Ladybirds select oviposition sites based on factors, such as (1) patch quality in terms of prey quantity (Hemptinne et al. 2000a; Fréchette et al. 2006; Oliver et al. 2006; Omkar et al. 2010), (2) age of aphid colony (Hemptinne et al. 2000a), (3) age of host plant (Seagraves 2009), (4) presence of larval tracks (Ruzicka 2006; Mishra et al. 2012, 2013), (5) physical presence of adults (Mishra and Omkar 2006), (6) cost of inter-patch movement in terms of energy and time, and (7) mortality risks to the offspring (Seagraves 2009). A few studies suggest that egg presence also modulates oviposition (Hemptinne and Dixon 1991; Mishra et al. 2012, 2013). In response to poor prey quantity and quality, ladybirds are known to either reduce oviposition (Oliver et al. 2006; Fréchette et al. 2006; Omkar et al. 2010; Barbosa et al. 2014; Santos et al. 2016; Singh et al. 2016), or completely avoid oviposition by resorbing their ovarioles (Osawa 2005; Kajita and Evans 2009; Ferrer et al. 2010) or search for further new patches for oviposition (Sloggett and Majerus 2000). In prey-scarce conditions, instead of avoiding such patches completely, ladybirds tend to lay extra non-viable eggs only for the purpose of nutrition, so as to provide for their viable eggs in the same egg batch (Perry and Roitberg 2005) and also for themselves (Santi and Maini 2007).

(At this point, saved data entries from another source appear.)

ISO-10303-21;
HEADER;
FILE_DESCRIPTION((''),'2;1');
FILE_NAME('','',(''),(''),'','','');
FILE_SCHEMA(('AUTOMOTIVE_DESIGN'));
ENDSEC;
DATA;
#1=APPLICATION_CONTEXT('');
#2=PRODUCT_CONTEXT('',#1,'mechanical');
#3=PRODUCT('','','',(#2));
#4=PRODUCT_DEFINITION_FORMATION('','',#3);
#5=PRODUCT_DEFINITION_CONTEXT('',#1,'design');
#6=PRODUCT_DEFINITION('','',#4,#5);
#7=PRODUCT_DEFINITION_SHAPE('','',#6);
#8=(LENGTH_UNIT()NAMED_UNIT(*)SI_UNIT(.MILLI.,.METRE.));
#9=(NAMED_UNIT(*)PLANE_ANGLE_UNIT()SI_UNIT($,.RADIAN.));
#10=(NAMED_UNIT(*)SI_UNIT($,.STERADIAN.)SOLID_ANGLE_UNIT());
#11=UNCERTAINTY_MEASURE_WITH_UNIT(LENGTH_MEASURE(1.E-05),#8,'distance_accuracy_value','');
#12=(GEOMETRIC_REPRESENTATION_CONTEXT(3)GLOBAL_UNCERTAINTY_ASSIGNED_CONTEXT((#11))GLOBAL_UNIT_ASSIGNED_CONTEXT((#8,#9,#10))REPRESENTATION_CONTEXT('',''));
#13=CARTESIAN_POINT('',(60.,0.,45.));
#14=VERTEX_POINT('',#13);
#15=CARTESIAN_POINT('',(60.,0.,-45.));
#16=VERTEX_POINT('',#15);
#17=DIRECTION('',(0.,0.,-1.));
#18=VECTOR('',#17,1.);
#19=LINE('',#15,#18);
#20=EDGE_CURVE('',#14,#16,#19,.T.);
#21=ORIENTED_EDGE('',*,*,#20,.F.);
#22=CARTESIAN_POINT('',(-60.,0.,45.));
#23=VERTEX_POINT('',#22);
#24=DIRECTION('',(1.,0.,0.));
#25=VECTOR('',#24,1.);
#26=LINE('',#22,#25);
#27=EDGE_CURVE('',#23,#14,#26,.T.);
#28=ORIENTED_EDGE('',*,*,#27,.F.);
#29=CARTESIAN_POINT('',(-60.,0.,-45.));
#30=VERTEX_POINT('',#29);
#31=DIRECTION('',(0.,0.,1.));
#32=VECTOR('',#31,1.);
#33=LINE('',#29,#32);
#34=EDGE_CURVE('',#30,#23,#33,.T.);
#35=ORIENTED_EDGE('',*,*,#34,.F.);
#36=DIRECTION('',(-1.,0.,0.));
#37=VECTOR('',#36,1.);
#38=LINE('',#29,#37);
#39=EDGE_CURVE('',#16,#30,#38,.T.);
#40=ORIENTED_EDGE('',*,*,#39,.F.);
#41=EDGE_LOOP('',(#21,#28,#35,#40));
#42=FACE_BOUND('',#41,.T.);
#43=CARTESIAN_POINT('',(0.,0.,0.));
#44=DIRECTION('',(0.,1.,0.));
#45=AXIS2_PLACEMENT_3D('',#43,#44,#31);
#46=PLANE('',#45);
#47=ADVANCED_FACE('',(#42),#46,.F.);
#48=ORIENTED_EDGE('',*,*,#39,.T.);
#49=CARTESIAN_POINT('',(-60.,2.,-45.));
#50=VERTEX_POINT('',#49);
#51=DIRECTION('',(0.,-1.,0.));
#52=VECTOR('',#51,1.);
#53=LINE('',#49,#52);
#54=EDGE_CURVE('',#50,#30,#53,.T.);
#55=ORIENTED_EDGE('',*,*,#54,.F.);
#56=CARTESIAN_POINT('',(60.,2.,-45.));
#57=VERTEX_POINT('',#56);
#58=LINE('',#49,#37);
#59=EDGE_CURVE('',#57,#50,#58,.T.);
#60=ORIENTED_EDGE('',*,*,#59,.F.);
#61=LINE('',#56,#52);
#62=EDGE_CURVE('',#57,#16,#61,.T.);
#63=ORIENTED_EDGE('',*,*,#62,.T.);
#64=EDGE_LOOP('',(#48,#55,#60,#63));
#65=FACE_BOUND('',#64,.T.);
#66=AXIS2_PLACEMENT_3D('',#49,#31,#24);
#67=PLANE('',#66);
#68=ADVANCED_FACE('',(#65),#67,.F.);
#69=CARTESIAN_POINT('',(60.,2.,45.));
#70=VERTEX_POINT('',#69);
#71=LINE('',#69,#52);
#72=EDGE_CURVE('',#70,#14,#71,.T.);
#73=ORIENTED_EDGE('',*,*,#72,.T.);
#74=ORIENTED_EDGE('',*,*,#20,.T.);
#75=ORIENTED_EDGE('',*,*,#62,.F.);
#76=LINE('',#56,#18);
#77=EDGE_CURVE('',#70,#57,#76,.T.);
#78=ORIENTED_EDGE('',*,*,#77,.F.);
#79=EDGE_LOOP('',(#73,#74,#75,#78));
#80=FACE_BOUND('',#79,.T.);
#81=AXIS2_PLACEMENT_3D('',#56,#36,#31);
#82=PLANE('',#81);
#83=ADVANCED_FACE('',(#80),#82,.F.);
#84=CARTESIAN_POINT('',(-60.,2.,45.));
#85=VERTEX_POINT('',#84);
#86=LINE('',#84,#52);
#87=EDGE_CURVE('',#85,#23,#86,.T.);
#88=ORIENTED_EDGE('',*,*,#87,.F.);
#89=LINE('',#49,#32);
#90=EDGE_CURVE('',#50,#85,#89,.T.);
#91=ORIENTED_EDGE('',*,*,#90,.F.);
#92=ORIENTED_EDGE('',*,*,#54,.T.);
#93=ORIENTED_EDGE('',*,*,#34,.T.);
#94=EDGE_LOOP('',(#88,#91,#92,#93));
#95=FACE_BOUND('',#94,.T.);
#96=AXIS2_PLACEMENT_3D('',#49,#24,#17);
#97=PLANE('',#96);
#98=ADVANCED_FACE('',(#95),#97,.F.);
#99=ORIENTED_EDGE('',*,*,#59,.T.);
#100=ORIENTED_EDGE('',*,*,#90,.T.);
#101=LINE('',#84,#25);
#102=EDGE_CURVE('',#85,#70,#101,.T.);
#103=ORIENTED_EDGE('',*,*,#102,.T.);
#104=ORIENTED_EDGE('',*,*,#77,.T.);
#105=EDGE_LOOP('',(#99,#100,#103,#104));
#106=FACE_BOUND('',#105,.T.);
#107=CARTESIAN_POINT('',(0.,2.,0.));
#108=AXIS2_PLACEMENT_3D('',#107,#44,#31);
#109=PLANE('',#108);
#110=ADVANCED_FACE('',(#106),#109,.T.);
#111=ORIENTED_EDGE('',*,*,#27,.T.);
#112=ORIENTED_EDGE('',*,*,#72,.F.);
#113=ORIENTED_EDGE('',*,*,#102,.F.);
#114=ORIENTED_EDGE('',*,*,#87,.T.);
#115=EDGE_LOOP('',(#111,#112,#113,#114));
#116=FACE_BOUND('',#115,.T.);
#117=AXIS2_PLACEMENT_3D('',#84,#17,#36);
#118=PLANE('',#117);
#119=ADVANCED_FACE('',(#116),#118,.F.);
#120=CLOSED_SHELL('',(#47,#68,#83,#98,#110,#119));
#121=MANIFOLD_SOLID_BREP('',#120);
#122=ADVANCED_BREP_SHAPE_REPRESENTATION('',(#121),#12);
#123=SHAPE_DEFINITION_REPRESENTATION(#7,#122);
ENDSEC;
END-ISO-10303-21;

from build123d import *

# Parameters (mm, degrees)
SKETCH_1_W      = 120
SKETCH_1_H      = 90
EXTRUDE_1_DEPTH = 2


with BuildPart() as part:
    # 草图1 → 凸台-拉伸1 (new body)
    with BuildSketch(Plane(origin=(0, 0, 0), x_dir=(1, 0, 0), z_dir=(0, 1, 0))):
        Rectangle(SKETCH_1_W, SKETCH_1_H)
    extrude(amount=EXTRUDE_1_DEPTH)


solid = part.part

Laying of trophic eggs as a source of nutrition is found in many animal groups, e.g. fishes (McKaye 1986), amphibians (Kam et al. 2000; Heying 2001; Gibson and Buley 2004), insects (Frechette and Coderre 2000; Kudo and Nakahira 2001), spiders (Kim and Roland 2000; Kim and Horel 2000) and prosobranch snails (Baur 1992).
Poor prey conditions are also responsible for an increase in the incidence of cannibalism and intraguild predation (Takahashi 1989; Schellhorn and Andow 1999b; Dixon 2000; Cottrell 2005), with the former increasing more in ladybirds (Schellhorn and Andow 1999a; Hemptinne et al. 2000b, 2000c). This is probably owing to lesser chances of exposure to toxins in case of cannibalism (Burgio et al. 2002; Agarwala and Dixon 1992; Hemptinne et al. 2000b, 2000c). Sibling cannibalism in particular is suggested to have great adaptive significance in ladybirds by providing essential energy and nutrients, thereby accelerating development, increasing growth rate, and enhancing survival (Banks 1954, 1956; Kawai 1978; Roy et al. 2007). Sibling egg cannibalism is believed to have evolved under prey-scarce conditions due to fitness gains to both cannibals and victims (Osawa 1992).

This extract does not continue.